● **Work order**:
What lines of the data include the string "profile"? Copy them all.

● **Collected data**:
=== Begin Enclosure ===

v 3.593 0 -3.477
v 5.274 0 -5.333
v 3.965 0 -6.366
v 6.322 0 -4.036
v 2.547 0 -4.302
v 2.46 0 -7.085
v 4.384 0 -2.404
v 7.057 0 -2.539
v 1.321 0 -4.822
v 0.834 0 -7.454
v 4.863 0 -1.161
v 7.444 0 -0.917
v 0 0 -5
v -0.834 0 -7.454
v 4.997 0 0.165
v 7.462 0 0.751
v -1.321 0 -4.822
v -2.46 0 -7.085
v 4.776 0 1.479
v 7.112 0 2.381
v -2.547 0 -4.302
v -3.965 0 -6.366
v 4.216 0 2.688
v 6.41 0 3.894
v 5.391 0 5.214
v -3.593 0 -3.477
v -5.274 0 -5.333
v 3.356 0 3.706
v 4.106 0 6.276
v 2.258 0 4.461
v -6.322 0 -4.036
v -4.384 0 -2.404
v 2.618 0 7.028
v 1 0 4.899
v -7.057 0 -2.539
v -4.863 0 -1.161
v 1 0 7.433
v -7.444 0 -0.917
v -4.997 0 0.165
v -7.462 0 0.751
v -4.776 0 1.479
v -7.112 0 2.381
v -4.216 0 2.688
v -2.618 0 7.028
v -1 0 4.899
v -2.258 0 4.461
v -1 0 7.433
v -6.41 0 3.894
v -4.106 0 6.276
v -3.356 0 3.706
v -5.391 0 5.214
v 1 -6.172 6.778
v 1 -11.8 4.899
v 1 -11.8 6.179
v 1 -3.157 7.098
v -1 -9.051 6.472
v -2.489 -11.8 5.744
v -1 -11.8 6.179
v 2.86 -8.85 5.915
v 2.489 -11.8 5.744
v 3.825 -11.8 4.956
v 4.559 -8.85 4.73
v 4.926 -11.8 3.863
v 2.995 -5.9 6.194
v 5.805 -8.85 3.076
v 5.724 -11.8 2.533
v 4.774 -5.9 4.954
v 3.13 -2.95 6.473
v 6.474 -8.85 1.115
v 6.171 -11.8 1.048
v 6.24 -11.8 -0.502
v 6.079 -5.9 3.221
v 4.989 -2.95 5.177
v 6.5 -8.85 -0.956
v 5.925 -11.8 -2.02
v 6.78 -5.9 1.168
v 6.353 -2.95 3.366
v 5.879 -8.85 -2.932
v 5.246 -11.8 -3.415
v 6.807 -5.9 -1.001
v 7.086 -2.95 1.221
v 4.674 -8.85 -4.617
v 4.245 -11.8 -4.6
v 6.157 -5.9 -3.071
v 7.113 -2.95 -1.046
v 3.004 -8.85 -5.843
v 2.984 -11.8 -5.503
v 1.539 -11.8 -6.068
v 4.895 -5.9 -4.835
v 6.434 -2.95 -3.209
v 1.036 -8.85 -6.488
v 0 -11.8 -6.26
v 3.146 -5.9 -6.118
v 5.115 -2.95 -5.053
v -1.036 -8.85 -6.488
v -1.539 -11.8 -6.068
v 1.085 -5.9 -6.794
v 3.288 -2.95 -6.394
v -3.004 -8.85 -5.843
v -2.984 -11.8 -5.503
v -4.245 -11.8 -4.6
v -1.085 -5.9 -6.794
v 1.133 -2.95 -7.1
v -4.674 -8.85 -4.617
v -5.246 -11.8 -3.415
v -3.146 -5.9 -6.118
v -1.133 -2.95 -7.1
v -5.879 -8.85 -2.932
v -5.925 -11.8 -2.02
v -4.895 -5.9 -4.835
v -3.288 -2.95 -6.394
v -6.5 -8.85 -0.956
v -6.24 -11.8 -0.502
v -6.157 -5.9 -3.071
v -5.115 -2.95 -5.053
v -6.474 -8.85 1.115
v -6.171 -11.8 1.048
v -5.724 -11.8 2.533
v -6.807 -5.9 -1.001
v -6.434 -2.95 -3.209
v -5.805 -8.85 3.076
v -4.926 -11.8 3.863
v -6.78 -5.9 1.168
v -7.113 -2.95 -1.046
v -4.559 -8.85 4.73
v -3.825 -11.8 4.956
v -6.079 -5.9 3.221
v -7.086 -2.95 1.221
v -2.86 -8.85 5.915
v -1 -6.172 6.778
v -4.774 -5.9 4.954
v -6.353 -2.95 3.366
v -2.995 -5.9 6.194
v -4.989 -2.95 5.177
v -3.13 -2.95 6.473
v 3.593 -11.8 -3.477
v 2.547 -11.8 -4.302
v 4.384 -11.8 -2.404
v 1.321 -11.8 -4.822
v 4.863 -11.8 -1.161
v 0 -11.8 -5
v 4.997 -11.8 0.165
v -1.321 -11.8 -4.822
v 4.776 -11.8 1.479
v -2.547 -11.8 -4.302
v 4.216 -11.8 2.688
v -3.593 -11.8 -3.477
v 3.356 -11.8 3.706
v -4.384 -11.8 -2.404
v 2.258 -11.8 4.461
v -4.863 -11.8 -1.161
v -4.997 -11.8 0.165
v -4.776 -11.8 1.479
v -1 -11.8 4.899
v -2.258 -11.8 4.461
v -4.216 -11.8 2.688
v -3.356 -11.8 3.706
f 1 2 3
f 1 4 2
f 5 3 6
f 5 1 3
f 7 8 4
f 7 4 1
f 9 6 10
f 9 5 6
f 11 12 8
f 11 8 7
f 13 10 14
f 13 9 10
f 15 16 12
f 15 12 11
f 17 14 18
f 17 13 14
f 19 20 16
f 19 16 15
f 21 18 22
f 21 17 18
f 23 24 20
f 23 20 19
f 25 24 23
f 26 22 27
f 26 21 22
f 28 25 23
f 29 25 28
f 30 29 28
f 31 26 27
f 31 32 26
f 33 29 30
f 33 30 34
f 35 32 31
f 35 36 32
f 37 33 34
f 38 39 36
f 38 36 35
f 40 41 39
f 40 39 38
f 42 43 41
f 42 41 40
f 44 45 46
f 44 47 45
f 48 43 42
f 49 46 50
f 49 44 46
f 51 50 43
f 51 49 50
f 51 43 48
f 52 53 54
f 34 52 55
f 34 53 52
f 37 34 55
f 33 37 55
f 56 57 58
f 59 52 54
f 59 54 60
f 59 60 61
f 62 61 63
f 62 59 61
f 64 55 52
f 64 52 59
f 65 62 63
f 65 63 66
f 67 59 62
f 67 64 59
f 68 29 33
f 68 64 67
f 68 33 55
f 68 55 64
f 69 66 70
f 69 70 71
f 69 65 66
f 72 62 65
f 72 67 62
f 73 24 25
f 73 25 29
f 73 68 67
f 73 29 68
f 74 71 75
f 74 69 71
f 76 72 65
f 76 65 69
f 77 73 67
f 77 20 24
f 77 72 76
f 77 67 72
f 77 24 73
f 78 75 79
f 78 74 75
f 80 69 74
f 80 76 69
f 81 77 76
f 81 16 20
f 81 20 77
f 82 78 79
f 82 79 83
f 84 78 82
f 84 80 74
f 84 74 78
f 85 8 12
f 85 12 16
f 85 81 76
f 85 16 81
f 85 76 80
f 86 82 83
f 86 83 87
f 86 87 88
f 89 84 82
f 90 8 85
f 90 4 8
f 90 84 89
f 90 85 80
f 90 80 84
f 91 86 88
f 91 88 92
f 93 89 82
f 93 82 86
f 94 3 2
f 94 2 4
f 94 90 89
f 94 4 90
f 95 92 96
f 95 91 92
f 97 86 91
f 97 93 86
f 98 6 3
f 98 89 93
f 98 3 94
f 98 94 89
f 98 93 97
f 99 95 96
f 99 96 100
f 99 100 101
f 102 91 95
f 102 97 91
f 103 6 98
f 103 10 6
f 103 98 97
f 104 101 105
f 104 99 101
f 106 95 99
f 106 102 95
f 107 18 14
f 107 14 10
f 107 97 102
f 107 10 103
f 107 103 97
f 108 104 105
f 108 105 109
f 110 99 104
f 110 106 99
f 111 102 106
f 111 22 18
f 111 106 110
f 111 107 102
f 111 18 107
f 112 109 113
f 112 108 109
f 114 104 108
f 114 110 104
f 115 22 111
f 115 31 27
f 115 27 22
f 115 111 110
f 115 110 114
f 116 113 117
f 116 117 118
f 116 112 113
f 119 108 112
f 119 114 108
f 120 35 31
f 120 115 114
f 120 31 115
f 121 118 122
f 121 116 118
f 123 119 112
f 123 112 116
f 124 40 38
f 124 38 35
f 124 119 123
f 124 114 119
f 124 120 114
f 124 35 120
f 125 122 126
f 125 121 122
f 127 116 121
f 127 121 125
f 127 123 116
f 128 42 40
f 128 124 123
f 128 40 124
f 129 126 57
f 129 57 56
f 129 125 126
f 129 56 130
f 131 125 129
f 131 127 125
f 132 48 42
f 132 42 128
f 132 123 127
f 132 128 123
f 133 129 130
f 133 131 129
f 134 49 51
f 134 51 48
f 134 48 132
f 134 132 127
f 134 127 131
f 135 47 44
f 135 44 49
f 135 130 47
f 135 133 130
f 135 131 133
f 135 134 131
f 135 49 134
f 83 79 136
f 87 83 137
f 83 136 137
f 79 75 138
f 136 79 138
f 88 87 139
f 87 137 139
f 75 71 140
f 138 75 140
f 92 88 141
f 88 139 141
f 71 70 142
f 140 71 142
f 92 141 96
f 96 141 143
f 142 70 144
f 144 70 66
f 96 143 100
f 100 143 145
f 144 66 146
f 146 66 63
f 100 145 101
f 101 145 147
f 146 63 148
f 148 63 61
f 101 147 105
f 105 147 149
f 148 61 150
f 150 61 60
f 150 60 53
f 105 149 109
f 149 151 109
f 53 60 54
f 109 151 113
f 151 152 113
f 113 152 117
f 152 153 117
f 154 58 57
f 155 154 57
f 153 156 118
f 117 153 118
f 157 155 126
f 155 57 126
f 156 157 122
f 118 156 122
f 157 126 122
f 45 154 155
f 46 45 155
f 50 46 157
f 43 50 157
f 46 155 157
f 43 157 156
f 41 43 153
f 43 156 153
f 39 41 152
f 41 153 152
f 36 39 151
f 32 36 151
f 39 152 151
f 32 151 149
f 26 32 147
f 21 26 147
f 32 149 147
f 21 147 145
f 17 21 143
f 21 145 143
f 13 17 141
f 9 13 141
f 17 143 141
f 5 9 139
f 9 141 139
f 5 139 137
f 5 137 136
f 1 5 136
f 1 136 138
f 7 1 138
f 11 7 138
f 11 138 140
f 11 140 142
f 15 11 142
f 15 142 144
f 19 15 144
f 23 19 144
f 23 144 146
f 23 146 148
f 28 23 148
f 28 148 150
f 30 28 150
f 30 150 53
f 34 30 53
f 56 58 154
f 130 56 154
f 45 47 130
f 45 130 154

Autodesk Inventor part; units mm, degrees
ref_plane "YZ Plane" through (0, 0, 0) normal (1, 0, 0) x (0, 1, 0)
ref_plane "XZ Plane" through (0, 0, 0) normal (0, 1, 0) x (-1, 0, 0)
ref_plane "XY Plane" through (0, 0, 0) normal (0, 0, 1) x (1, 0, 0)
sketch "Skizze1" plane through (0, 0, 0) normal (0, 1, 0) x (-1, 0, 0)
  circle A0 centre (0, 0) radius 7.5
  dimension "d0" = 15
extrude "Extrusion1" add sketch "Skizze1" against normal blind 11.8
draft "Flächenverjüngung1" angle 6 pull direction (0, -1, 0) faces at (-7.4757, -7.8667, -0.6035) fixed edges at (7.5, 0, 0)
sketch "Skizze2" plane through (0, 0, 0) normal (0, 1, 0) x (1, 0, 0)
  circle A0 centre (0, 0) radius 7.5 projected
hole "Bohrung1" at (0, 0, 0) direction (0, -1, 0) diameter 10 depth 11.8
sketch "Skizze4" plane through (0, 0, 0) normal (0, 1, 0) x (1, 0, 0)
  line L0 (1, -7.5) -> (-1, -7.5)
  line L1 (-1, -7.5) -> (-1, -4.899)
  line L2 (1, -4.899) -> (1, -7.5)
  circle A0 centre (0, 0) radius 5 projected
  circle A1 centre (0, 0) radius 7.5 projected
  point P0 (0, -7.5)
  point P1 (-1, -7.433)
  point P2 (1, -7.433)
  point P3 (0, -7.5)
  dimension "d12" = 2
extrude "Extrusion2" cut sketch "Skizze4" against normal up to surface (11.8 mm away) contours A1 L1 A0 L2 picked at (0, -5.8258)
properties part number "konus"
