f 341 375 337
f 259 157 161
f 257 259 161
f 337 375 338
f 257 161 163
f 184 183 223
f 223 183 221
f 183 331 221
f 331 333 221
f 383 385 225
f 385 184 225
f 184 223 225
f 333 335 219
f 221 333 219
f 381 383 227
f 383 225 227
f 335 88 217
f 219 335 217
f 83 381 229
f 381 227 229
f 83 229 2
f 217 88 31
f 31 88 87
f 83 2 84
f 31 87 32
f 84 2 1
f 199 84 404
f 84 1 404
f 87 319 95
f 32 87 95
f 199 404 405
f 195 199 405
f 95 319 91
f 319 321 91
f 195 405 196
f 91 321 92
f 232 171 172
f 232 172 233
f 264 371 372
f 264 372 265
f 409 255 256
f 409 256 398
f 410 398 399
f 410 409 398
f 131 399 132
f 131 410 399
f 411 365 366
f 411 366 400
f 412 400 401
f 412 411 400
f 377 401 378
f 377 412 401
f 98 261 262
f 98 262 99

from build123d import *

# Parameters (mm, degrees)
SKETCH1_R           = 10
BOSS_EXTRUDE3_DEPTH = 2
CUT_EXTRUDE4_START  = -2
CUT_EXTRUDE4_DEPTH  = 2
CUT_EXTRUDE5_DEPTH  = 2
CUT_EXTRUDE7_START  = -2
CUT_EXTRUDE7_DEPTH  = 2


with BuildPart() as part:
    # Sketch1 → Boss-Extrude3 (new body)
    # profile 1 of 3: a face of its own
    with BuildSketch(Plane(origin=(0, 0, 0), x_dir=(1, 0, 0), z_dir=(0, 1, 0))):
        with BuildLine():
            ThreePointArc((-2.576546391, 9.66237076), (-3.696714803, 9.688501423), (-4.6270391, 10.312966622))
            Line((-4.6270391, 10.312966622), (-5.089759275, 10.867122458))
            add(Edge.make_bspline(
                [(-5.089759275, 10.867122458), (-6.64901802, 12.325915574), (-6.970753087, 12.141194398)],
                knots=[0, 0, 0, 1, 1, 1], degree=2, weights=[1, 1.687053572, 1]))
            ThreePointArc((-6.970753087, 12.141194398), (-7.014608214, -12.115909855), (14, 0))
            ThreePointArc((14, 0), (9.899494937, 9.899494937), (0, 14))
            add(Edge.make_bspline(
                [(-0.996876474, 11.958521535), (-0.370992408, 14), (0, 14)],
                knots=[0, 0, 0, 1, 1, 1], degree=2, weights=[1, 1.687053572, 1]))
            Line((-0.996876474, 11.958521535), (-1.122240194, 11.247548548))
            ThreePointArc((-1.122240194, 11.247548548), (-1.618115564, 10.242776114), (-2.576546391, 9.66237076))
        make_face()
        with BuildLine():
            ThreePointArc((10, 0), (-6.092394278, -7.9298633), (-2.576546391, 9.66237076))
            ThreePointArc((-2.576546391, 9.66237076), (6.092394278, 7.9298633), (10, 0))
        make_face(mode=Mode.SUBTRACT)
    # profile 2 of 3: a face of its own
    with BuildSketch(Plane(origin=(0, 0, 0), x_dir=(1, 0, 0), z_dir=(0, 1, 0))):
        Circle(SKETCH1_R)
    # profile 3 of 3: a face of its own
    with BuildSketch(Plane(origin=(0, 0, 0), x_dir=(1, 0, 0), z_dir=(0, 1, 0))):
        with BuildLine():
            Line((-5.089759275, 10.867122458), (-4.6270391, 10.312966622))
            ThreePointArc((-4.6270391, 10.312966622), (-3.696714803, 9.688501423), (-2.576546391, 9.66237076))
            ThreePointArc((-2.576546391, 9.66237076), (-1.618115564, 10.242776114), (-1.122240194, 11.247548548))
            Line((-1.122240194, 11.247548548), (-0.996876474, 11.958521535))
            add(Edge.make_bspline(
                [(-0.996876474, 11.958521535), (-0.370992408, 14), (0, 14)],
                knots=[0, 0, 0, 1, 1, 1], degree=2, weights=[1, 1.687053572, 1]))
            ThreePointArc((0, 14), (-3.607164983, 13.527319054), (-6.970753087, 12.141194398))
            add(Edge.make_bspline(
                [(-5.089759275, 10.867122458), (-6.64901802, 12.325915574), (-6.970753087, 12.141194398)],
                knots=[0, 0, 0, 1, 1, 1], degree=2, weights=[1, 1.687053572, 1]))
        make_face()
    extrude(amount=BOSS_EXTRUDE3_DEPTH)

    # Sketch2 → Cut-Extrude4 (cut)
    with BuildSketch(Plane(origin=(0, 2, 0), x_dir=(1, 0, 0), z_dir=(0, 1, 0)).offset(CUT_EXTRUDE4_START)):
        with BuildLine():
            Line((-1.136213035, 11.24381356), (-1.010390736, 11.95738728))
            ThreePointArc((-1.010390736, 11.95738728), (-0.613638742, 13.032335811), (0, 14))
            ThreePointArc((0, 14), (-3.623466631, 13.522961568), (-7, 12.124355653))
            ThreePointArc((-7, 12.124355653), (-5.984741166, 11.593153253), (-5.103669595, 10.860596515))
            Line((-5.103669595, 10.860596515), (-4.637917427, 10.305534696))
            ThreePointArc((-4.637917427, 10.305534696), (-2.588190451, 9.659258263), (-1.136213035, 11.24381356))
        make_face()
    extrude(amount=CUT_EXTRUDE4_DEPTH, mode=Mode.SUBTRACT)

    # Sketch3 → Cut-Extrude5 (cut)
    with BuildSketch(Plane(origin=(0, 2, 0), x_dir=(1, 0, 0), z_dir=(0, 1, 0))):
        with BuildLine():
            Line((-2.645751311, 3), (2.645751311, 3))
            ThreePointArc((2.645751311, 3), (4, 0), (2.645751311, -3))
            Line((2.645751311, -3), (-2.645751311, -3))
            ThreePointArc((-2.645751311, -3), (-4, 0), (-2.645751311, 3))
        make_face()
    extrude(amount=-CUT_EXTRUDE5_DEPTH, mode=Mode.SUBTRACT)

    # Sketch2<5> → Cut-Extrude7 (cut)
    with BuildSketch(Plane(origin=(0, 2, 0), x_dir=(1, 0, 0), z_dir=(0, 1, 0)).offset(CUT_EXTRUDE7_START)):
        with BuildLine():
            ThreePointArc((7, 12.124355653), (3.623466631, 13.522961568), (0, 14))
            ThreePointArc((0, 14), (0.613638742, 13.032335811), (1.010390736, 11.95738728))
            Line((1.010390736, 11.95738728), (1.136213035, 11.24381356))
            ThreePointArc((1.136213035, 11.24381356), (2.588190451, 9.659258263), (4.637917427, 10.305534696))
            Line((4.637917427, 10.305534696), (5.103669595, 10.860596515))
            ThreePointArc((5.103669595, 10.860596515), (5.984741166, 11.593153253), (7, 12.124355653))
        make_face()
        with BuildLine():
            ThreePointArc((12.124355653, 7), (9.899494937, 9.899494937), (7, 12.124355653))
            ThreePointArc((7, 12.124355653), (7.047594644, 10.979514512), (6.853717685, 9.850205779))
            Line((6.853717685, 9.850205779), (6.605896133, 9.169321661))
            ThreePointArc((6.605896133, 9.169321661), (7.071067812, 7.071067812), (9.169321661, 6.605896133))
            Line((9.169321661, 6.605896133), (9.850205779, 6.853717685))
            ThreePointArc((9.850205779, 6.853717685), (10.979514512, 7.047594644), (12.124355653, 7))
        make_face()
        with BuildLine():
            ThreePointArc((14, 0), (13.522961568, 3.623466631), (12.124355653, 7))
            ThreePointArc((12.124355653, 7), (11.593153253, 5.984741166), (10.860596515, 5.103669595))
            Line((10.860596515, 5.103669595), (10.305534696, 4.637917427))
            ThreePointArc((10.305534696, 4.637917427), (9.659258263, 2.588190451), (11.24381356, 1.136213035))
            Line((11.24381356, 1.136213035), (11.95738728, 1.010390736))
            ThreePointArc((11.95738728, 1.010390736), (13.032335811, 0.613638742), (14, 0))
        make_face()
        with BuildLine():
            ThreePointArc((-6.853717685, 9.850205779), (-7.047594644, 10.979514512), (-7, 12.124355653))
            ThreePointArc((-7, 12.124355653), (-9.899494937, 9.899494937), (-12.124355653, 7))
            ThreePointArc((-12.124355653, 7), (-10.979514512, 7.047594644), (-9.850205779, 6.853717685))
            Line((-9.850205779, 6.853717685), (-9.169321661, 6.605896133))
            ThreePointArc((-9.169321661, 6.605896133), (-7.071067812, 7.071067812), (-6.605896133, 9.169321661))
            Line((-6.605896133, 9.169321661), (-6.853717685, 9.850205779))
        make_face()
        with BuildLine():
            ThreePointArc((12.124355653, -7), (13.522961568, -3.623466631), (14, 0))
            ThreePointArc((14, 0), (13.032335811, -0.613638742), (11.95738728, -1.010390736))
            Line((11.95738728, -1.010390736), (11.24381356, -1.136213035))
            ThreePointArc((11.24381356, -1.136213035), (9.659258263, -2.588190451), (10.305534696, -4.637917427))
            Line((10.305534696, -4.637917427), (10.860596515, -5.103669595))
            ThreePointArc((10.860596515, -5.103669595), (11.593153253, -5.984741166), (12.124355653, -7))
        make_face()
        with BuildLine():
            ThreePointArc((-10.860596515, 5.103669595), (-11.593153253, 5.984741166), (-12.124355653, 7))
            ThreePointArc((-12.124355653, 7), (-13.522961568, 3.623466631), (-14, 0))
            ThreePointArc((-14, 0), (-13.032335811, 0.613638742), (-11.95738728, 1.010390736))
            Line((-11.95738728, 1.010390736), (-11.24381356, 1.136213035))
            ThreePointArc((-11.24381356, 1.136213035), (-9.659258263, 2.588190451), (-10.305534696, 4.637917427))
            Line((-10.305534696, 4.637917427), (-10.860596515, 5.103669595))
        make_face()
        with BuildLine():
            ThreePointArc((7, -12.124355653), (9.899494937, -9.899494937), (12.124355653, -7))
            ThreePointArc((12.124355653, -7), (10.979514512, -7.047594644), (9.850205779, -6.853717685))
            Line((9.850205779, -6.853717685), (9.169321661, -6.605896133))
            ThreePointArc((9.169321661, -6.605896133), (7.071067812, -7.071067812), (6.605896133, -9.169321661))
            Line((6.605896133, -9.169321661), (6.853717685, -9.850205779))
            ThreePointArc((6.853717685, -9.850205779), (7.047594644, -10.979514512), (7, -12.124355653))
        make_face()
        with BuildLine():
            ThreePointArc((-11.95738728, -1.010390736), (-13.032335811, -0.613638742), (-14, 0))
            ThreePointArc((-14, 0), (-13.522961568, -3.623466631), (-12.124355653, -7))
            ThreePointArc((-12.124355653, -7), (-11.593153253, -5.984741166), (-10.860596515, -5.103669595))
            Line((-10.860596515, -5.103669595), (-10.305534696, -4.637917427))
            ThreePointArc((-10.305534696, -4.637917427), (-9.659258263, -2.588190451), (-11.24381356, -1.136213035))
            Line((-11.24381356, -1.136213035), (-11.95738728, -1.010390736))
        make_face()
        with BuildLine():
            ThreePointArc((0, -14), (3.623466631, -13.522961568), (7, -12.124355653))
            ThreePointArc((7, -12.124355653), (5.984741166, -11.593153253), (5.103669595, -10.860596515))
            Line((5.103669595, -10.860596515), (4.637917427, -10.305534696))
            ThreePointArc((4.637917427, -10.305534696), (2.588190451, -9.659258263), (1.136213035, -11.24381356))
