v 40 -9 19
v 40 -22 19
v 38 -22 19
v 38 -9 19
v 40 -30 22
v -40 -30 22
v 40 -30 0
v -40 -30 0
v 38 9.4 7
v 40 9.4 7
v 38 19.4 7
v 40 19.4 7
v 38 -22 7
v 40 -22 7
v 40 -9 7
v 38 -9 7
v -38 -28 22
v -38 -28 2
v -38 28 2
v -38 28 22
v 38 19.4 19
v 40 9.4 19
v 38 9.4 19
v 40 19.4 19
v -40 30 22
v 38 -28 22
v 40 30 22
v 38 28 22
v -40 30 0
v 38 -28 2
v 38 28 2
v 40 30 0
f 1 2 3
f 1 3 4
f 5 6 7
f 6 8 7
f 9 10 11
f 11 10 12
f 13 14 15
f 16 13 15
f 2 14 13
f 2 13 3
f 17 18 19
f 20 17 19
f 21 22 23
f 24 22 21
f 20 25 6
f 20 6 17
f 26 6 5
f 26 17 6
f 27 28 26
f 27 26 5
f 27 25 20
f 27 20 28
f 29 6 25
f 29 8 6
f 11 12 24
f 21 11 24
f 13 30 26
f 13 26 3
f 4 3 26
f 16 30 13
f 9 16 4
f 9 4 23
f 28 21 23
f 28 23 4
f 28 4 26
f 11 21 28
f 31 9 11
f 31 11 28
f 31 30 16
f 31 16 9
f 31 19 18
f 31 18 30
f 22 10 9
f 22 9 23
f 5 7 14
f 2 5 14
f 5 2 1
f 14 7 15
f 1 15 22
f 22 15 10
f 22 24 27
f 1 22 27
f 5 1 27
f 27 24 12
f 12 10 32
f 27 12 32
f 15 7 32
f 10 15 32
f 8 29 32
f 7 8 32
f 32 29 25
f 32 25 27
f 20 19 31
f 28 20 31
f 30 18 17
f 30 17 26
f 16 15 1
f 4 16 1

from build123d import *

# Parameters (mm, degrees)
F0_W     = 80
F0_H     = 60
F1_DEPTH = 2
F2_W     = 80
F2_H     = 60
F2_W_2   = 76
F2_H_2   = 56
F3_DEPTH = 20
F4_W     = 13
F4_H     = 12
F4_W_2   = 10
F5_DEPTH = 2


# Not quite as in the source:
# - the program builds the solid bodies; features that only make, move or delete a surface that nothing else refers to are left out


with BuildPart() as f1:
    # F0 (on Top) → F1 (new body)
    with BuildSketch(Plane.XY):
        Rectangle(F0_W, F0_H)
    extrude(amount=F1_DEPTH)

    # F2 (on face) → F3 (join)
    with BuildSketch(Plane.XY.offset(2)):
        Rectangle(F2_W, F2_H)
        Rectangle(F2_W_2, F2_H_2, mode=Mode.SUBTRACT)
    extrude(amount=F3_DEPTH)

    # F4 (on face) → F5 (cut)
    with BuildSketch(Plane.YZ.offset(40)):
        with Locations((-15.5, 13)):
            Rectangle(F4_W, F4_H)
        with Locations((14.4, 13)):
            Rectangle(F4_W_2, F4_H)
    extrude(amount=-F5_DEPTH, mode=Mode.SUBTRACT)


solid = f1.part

=== End Enclosure ===

● **Written response**:
    # profile 1 of 3: a face of its own
    # profile 2 of 3: a face of its own
    # profile 3 of 3: a face of its own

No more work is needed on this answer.